Before the book's publication in 1990, five of the stories: "The Things They Carried," "How to Tell a True War Story," "Sweetheart of the Song Tra Bong," "The Ghost Soldiers," and "The Lives of the Dead" had been published in Esquire.
"Speaking of Courage" was originally published (in heavily modified form) as a chapter of O'Brien's earlier novel Going After Cacciato.
"The Things They Carried" was also included in the 1987 volume of The Best American Short Stories, edited by Ann Beattie and the second edition of Literature: Approaches to Fiction, Poetry, and Drama by Robert DiYanni.
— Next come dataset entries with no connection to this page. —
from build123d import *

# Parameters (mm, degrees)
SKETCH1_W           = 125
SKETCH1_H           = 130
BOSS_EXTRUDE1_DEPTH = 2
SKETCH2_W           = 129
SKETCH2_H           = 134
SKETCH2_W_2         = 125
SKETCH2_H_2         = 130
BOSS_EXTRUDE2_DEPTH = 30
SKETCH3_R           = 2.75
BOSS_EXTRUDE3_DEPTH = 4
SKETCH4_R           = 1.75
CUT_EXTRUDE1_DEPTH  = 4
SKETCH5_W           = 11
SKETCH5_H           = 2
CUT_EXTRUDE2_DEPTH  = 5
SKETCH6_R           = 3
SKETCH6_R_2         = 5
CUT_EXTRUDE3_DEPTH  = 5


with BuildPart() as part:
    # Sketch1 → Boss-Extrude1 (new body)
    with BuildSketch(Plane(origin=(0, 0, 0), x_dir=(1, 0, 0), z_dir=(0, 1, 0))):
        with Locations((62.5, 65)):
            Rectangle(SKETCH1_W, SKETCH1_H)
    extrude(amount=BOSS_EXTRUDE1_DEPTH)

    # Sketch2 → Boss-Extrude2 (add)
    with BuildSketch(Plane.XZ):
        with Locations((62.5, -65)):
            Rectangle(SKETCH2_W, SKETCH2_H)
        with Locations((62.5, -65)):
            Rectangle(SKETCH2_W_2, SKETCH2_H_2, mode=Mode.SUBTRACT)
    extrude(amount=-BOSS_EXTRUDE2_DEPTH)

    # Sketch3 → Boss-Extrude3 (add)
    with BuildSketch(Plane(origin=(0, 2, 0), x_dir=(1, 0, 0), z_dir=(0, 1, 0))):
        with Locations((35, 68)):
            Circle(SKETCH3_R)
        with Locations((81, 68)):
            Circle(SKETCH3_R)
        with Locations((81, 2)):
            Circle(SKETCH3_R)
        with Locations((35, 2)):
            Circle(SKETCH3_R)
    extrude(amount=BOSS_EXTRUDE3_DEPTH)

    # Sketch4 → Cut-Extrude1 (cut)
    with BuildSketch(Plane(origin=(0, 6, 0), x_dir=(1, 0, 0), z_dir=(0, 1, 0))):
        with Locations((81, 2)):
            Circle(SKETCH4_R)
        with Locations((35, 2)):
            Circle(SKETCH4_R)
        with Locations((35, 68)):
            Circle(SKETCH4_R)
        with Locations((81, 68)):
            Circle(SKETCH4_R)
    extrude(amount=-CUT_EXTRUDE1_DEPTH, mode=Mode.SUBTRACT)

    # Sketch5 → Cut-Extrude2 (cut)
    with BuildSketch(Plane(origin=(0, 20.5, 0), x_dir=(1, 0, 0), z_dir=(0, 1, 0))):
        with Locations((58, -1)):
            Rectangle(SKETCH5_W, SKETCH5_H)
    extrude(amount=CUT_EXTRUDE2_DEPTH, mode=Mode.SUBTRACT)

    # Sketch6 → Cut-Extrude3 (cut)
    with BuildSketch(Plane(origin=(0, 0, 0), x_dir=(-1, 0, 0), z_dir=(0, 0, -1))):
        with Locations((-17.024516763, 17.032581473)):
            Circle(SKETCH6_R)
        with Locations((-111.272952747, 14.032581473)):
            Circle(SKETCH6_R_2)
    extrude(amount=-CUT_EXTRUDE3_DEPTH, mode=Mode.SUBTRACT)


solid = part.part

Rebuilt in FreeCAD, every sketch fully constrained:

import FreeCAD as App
import Part
import Sketcher


def add_polygon(sketch, points):
    """Adds a closed chain of lines whose ends are joined by coincident constraints."""
    first, n = sketch.GeometryCount, len(points)
    for a, b in zip(points, points[1:] + points[:1]):
        sketch.addGeometry(Part.LineSegment(App.Vector(*a, 0), App.Vector(*b, 0)), False)
    for i in range(n):
        sketch.addConstraint(Sketcher.Constraint("Coincident", first + i, 2, first + (i + 1) % n, 1))

doc = App.newDocument("Part")
body = doc.addObject("PartDesign::Body", "Body")

sketch1 = body.newObject("Sketcher::SketchObject", "Sketch")
sketch1.AttachmentSupport = (doc.getObject("XZ_Plane"), [""])
sketch1.MapMode = "FlatFace"
add_polygon(sketch1, [(0, -130), (0, 0), (125, 0), (125, -130)])
sketch1.addConstraint([
    Sketcher.Constraint("Vertical", 0),
    Sketcher.Constraint("Horizontal", 1),
    Sketcher.Constraint("Vertical", 2),
    Sketcher.Constraint("Horizontal", 3),
    Sketcher.Constraint("Coincident", 0, 2, -1, 1),
    Sketcher.Constraint("DistanceX", 1, 1, 1, 2, 125.0),
    Sketcher.Constraint("DistanceY", 0, 1, 0, 2, 130.0),
])
pad1 = body.newObject("PartDesign::Pad", "Pad")
pad1.Profile = sketch1
pad1.Length = 2
pad1.Reversed = True

sketch2 = body.newObject("Sketcher::SketchObject", "Sketch001")
sketch2.AttachmentSupport = (doc.getObject("XZ_Plane"), [""])
sketch2.MapMode = "FlatFace"
add_polygon(sketch2, [(-2, 2), (-2, -132), (127, -132), (127, 2)])
add_polygon(sketch2, [(125, -130), (0, -130), (0, 0), (125, 0)])
sketch2.addConstraint([
    Sketcher.Constraint("Vertical", 0),
    Sketcher.Constraint("Horizontal", 1),
    Sketcher.Constraint("Vertical", 2),
    Sketcher.Constraint("Horizontal", 3),
    Sketcher.Constraint("Horizontal", 4),
    Sketcher.Constraint("Vertical", 5),
    Sketcher.Constraint("Horizontal", 6),
    Sketcher.Constraint("Vertical", 7),
    Sketcher.Constraint("Coincident", 5, 2, -1, 1),
    Sketcher.Constraint("DistanceX", 1, 1, 1, 2, 129.0),
    Sketcher.Constraint("DistanceX", 4, 2, 4, 1, 125.0),
    Sketcher.Constraint("DistanceY", 0, 2, 0, 1, 134.0),
    Sketcher.Constraint("DistanceY", 5, 1, 5, 2, 130.0),
    Sketcher.Constraint("DistanceX", 0, 2, -1, 1, 2.0),
    Sketcher.Constraint("DistanceY", 0, 2, -1, 1, 132.0),
])
pad2 = body.newObject("PartDesign::Pad", "Pad001")
pad2.Profile = sketch2
pad2.Length = 30
pad2.Reversed = True

sketch3 = body.newObject("Sketcher::SketchObject", "Sketch002")
sketch3.AttachmentSupport = (doc.getObject("XZ_Plane"), [""])
sketch3.MapMode = "FlatFace"
sketch3.AttachmentOffset = App.Placement(App.Vector(0, 0, -2), App.Rotation())
sketch3.addGeometry([
    Part.Circle(App.Vector(35, -68, 0), App.Vector(0, 0, 1), 2.8),
    Part.Circle(App.Vector(81, -68, 0), App.Vector(0, 0, 1), 2.8),
    Part.Circle(App.Vector(81, -2, 0), App.Vector(0, 0, 1), 2.8),
    Part.Circle(App.Vector(35, -2, 0), App.Vector(0, 0, 1), 2.8),
], False)
sketch3.addConstraint([
    Sketcher.Constraint("Equal", 0, 1),
    Sketcher.Constraint("Equal", 1, 2),
    Sketcher.Constraint("Equal", 2, 3),
    Sketcher.Constraint("Horizontal", 0, 3, 1, 3),
    Sketcher.Constraint("Horizontal", 2, 3, 3, 3),
    Sketcher.Constraint("Vertical", 1, 3, 2, 3),
    Sketcher.Constraint("Vertical", 0, 3, 3, 3),
    Sketcher.Constraint("Diameter", 0, 5.5),
    Sketcher.Constraint("DistanceX", -1, 1, 0, 3, 35.0),
    Sketcher.Constraint("DistanceY", 0, 3, -1, 1, 68.0),
    Sketcher.Constraint("DistanceX", -1, 1, 1, 3, 81.0),
    Sketcher.Constraint("DistanceY", 2, 3, -1, 1, 2.0),
])
pad3 = body.newObject("PartDesign::Pad", "Pad002")
pad3.Profile = sketch3
pad3.Length = 4
pad3.Reversed = True

sketch4 = body.newObject("Sketcher::SketchObject", "Sketch003")
sketch4.AttachmentSupport = (doc.getObject("XZ_Plane"), [""])
sketch4.MapMode = "FlatFace"
sketch4.AttachmentOffset = App.Placement(App.Vector(0, 0, -6), App.Rotation())
sketch4.addGeometry([
    Part.Circle(App.Vector(81, -2, 0), App.Vector(0, 0, 1), 1.8),
    Part.Circle(App.Vector(35, -2, 0), App.Vector(0, 0, 1), 1.8),
    Part.Circle(App.Vector(35, -68, 0), App.Vector(0, 0, 1), 1.8),
    Part.Circle(App.Vector(81, -68, 0), App.Vector(0, 0, 1), 1.8),
], False)
sketch4.addConstraint([
    Sketcher.Constraint("Equal", 0, 1),
    Sketcher.Constraint("Equal", 1, 2),
    Sketcher.Constraint("Equal", 2, 3),
    Sketcher.Constraint("Horizontal", 0, 3, 1, 3),
    Sketcher.Constraint("Horizontal", 2, 3, 3, 3),
    Sketcher.Constraint("Vertical", 1, 3, 2, 3),
    Sketcher.Constraint("Vertical", 0, 3, 3, 3),
    Sketcher.Constraint("Diameter", 0, 3.5),
    Sketcher.Constraint("DistanceX", -1, 1, 0, 3, 81.0),
    Sketcher.Constraint("DistanceY", 0, 3, -1, 1, 2.0),
    Sketcher.Constraint("DistanceX", -1, 1, 1, 3, 35.0),
    Sketcher.Constraint("DistanceY", 2, 3, -1, 1, 68.0),
])
pocket1 = body.newObject("PartDesign::Pocket", "Pocket")
pocket1.Profile = sketch4
pocket1.Length = 4
pocket1.Reversed = True

sketch5 = body.newObject("Sketcher::SketchObject", "Sketch004")
sketch5.AttachmentSupport = (doc.getObject("XZ_Plane"), [""])
sketch5.MapMode = "FlatFace"
sketch5.AttachmentOffset = App.Placement(App.Vector(0, 0, -20.5), App.Rotation())
add_polygon(sketch5, [(52.5, 0), (52.5, 2), (63.5, 2), (63.5, 0)])
sketch5.addConstraint([
    Sketcher.Constraint("Vertical", 0),
    Sketcher.Constraint("Horizontal", 1),
    Sketcher.Constraint("Vertical", 2),
    Sketcher.Constraint("Horizontal", 3),
    Sketcher.Constraint("PointOnObject", 2, 2, -1),
    Sketcher.Constraint("DistanceX", 1, 1, 1, 2, 11.0),
    Sketcher.Constraint("DistanceY", 0, 1, 0, 2, 2.0),
    Sketcher.Constraint("DistanceX", -1, 1, 0, 2, 52.5),
])
pocket2 = body.newObject("PartDesign::Pocket", "Pocket001")
pocket2.Profile = sketch5
pocket2.Length = 5

sketch6 = body.newObject("Sketcher::SketchObject", "Sketch005")
sketch6.AttachmentSupport = (doc.getObject("XY_Plane"), [""])
sketch6.MapMode = "FlatFace"
sketch6.addGeometry([
    Part.Circle(App.Vector(17, 17, 0), App.Vector(0, 0, 1), 3),
    Part.Circle(App.Vector(111.3, 14, 0), App.Vector(0, 0, 1), 5),
], False)
sketch6.addConstraint([
    Sketcher.Constraint("Diameter", 0, 6.0),
    Sketcher.Constraint("Diameter", 1, 10.0),
    Sketcher.Constraint("DistanceY", 1, 3, 0, 3, 3.0),
    Sketcher.Constraint("DistanceY", -1, 1, 0, 3, 17.032581),
    Sketcher.Constraint("DistanceX", -1, 1, 0, 3, 17.024517),
    Sketcher.Constraint("DistanceX", -1, 1, 1, 3, 111.272953),
])
pocket3 = body.newObject("PartDesign::Pocket", "Pocket002")
pocket3.Profile = sketch6
pocket3.Length = 5
pocket3.Reversed = True

doc.recompute()
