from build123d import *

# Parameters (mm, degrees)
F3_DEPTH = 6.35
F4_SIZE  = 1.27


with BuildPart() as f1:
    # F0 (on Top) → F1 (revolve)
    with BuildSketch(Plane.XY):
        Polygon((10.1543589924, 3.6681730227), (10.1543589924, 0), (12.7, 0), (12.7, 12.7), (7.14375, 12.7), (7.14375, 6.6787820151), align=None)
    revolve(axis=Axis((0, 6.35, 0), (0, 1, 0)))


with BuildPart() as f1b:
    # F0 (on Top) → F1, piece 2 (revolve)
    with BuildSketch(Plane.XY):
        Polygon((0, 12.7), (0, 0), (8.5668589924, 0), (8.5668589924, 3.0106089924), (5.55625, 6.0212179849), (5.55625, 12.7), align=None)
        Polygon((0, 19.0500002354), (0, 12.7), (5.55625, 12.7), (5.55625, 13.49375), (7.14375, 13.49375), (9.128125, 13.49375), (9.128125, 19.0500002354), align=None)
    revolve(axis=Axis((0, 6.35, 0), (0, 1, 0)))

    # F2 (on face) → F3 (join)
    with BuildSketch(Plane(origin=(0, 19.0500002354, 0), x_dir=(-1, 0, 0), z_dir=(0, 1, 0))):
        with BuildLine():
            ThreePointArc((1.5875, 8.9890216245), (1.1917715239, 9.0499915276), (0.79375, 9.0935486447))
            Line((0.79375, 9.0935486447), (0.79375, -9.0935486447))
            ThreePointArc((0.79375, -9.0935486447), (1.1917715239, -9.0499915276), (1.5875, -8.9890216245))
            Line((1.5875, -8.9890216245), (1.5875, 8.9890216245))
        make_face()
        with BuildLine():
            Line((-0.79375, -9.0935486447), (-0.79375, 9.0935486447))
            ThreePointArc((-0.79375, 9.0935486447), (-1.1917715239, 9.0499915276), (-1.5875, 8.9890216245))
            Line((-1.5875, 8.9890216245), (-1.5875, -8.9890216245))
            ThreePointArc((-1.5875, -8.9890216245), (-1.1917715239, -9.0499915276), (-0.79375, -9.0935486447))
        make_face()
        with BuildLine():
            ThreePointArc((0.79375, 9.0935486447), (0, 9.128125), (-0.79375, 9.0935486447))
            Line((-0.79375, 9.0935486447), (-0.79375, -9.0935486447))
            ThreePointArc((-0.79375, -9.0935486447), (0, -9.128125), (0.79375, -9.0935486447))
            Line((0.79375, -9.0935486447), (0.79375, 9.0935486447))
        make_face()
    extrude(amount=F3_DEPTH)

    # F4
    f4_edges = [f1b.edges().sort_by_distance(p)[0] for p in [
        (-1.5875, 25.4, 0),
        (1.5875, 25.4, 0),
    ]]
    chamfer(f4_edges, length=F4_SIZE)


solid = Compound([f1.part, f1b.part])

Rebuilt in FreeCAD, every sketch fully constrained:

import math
import FreeCAD as App
import Part
import Sketcher

V = App.Vector
Q = App.Units.Quantity


def edges_at(feature, points):
    """Names of the edges that pass closest to the given points."""
    edges = feature.Shape.Edges
    near = lambda p: min(range(len(edges)), key=lambda i: edges[i].distToShape(Part.Vertex(*p))[0])
    return sorted({f"Edge{near(p) + 1}" for p in points})


def add_polygon(sketch, points):
    """Adds a closed chain of lines whose ends are joined by coincident constraints."""
    first, n = sketch.GeometryCount, len(points)
    for a, b in zip(points, points[1:] + points[:1]):
        sketch.addGeometry(Part.LineSegment(App.Vector(*a, 0), App.Vector(*b, 0)), False)
    for i in range(n):
        sketch.addConstraint(Sketcher.Constraint("Coincident", first + i, 2, first + (i + 1) % n, 1))

doc = App.newDocument("Part")
params = doc.addObject("Spreadsheet::Sheet", "Params")
for row, (alias, value) in enumerate([
    ("sketch1_height", "0.5 in"),
    ("sketch1_width", "0.21875 in"),
    ("revolution_angle", "360 deg"),
    ("sketch2_height", "0.75 in"),
    ("sketch2_width", "0.140625 in"),
    ("sketch2_width2", "0.359375 in"),
    ("sketch2_height2", "0.21875 in"),
    ("revolution2_angle", "360 deg"),
    ("sketch3_radius", "0.359375 in"),
    ("pad1_length", "0.25 in"),
    ("chamfer_size", "0.05 in"),
], start=1):
    params.set(f"A{row}", alias)
    params.set(f"B{row}", "=" + value)
    params.setAlias(f"B{row}", alias)

body = doc.addObject("PartDesign::Body", "Body")

sketch1 = body.newObject("Sketcher::SketchObject", "Sketch")
sketch1.AttachmentSupport = (doc.getObject("XY_Plane"), [""])
sketch1.MapMode = "FlatFace"
add_polygon(sketch1, [(10.2, 3.7), (10.2, 0), (12.7, 0), (12.7, 12.7), (7.1, 12.7), (7.1, 6.7)])
sketch1.addConstraint([
    Sketcher.Constraint("Vertical", 0),
    Sketcher.Constraint("Horizontal", 1),
    Sketcher.Constraint("Vertical", 2),
    Sketcher.Constraint("Horizontal", 3),
    Sketcher.Constraint("Vertical", 4),
    Sketcher.Constraint("PointOnObject", 0, 2, -1),
    Sketcher.Constraint("DistanceY", 2, 1, 2, 2, Q("0.5 in")),
    Sketcher.Constraint("Angle", 5, Q("-45 deg")),
    Sketcher.Constraint("DistanceX", -1, 1, 1, 2, Q("0.5 in")),
    Sketcher.Constraint("DistanceX", 3, 2, 3, 1, Q("0.21875 in")),
    Sketcher.Constraint("DistanceX", 1, 1, 1, 2, 2.545641),
    Sketcher.Constraint("DistanceY", 0, 2, 0, 1, 3.668173),
])
sketch1.setExpression("Constraints[12]", "Params.sketch1_height")
sketch1.setExpression("Constraints[15]", "Params.sketch1_width")
revolution = body.newObject("PartDesign::Revolution", "Revolution")
revolution.Profile = sketch1
revolution.ReferenceAxis = (sketch1, ["V_Axis"])
revolution.setExpression("Angle", "Params.revolution_angle")
body2 = doc.addObject("PartDesign::Body", "Body001")

sketch2 = body2.newObject("Sketcher::SketchObject", "Sketch001")
sketch2.AttachmentSupport = (doc.getObject("XY_Plane001"), [""])
sketch2.MapMode = "FlatFace"
add_polygon(sketch2, [(0, 0), (8.6, 0), (8.6, 3), (5.6, 6), (5.6, 13.5), (9.1, 13.5), (9.1, 19.1), (0, 19.1)])
sketch2.addConstraint([
    Sketcher.Constraint("Horizontal", 0),
    Sketcher.Constraint("Vertical", 1),
    Sketcher.Constraint("Vertical", 3),
    Sketcher.Constraint("Horizontal", 4),
    Sketcher.Constraint("Vertical", 5),
    Sketcher.Constraint("Horizontal", 6),
    Sketcher.Constraint("Vertical", 7),
    Sketcher.Constraint("Coincident", 7, 2, -1, 1),
    Sketcher.Constraint("Angle", 2, Q("135 deg")),
    Sketcher.Constraint("DistanceY", 7, 2, 7, 1, Q("0.75 in")),
    Sketcher.Constraint("DistanceX", 4, 1, 4, 2, Q("0.140625 in")),
    Sketcher.Constraint("DistanceX", 6, 2, 6, 1, Q("0.359375 in")),
    Sketcher.Constraint("DistanceY", 5, 1, 5, 2, Q("0.21875 in")),
    Sketcher.Constraint("DistanceX", 0, 1, 0, 2, 8.566859),
    Sketcher.Constraint("DistanceY", 1, 1, 1, 2, 3.010609),
])
sketch2.setExpression("Constraints[17]", "Params.sketch2_height")
sketch2.setExpression("Constraints[18]", "Params.sketch2_width")
sketch2.setExpression("Constraints[19]", "Params.sketch2_width2")
sketch2.setExpression("Constraints[20]", "Params.sketch2_height2")
revolution2 = body2.newObject("PartDesign::Revolution", "Revolution001")
revolution2.Profile = sketch2
revolution2.ReferenceAxis = (sketch2, ["V_Axis"])
revolution2.setExpression("Angle", "Params.revolution2_angle")

sketch3 = body2.newObject("Sketcher::SketchObject", "Sketch002")
sketch3.AttachmentSupport = (doc.getObject("XZ_Plane001"), [""])
sketch3.MapMode = "FlatFace"
sketch3.AttachmentOffset = App.Placement(V(0, 0, -0.75 * 25.4), App.Rotation())
sketch3.addGeometry([
    Part.ArcOfCircle(Part.Circle(V(0, 0, 0), V(0, 0, 1), 9.1), math.radians(94.99), math.radians(100.02)),
    Part.ArcOfCircle(Part.Circle(V(0, 0, 0), V(0, 0, 1), 9.1), math.radians(85.01), math.radians(94.99)),
    Part.ArcOfCircle(Part.Circle(V(0, 0, 0), V(0, 0, 1), 9.1), math.radians(79.98), math.radians(85.01)),
    Part.LineSegment(V(1.6, 9, 0), V(1.6, -9, 0)),
    Part.ArcOfCircle(Part.Circle(V(0, 0, 0), V(0, 0, 1), 9.1), math.radians(-85.01), math.radians(-79.98)),
    Part.ArcOfCircle(Part.Circle(V(0, 0, 0), V(0, 0, 1), 9.1), math.radians(-94.99), math.radians(-85.01)),
    Part.ArcOfCircle(Part.Circle(V(0, 0, 0), V(0, 0, 1), 9.1), math.radians(-100.02), math.radians(-94.99)),
    Part.LineSegment(V(-1.6, -9, 0), V(-1.6, 9, 0)),
], False)
sketch3.addConstraint([
    Sketcher.Constraint("Tangent", 0, 1, 1, 2),
    Sketcher.Constraint("Tangent", 1, 1, 2, 2),
    Sketcher.Constraint("Coincident", 2, 1, 3, 1),
    Sketcher.Constraint("Coincident", 3, 2, 4, 2),
    Sketcher.Constraint("Tangent", 4, 1, 5, 2),
    Sketcher.Constraint("Tangent", 5, 1, 6, 2),
    Sketcher.Constraint("Coincident", 6, 1, 7, 1),
    Sketcher.Constraint("Coincident", 7, 2, 0, 2),
    Sketcher.Constraint("Vertical", 3),
    Sketcher.Constraint("Vertical", 7),
    Sketcher.Constraint("Coincident", 0, 3, -1, 1),
    Sketcher.Constraint("Coincident", 2, 3, -1, 1),
    Sketcher.Constraint("Coincident", 4, 3, -1, 1),
    Sketcher.Constraint("Coincident", 6, 3, -1, 1),
    Sketcher.Constraint("Equal", 2, 4),
    Sketcher.Constraint("Horizontal", 0, 1, 1, 1),
    Sketcher.Constraint("Horizontal", 4, 1, 5, 1),
    Sketcher.Constraint("Horizontal", 3, 2, 6, 1),
    Sketcher.Constraint("Vertical", 1, 1, 4, 1),
    Sketcher.Constraint("Radius", 0, Q("0.359375 in")),
    Sketcher.Constraint("DistanceX", 0, 1, -1, 1, Q("0.03125 in")),
    Sketcher.Constraint("DistanceX", -1, 1, 2, 1, Q("0.0625 in")),
])
sketch3.setExpression("Constraints[19]", "Params.sketch3_radius")
pad1 = body2.newObject("PartDesign::Pad", "Pad")
pad1.Profile = sketch3
pad1.setExpression("Length", "Params.pad1_length")
pad1.Reversed = True
doc.recompute()

chamfer = body2.newObject("PartDesign::Chamfer", "Chamfer")
chamfer.Base = (pad1, edges_at(pad1, [(-1.587, 25.4, 0), (1.587, 25.4, 0)]))
chamfer.setExpression("Size", "Params.chamfer_size")

doc.recompute()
The Things They Carried has received critical acclaim and has been established as one of the preeminent pieces of Vietnam War literature. It has sold over 2 million copies worldwide and celebrated its 20th anniversary in 2010. It has received multiple awards such as France's Prix du Meilleur Livre Etranger Award and the Chicago Tribune Heartland Prize, as well as being a finalist for the Pulitzer Prize and National Book Critics Circle Award.
O'Brien has expressed surprise at how the book has become a staple in middle schools and high schools, stating that he "certainly hadn't imagined fourteen year-old kids and eighteen year-olds and those even in their early twenties reading the book and bringing such fervor to it, which comes from their own lives, really. The book is applied to a bad childhood or a broken home, and these are the things they're carrying. And in a way, it's extremely flattering, and other times, it can be depressing."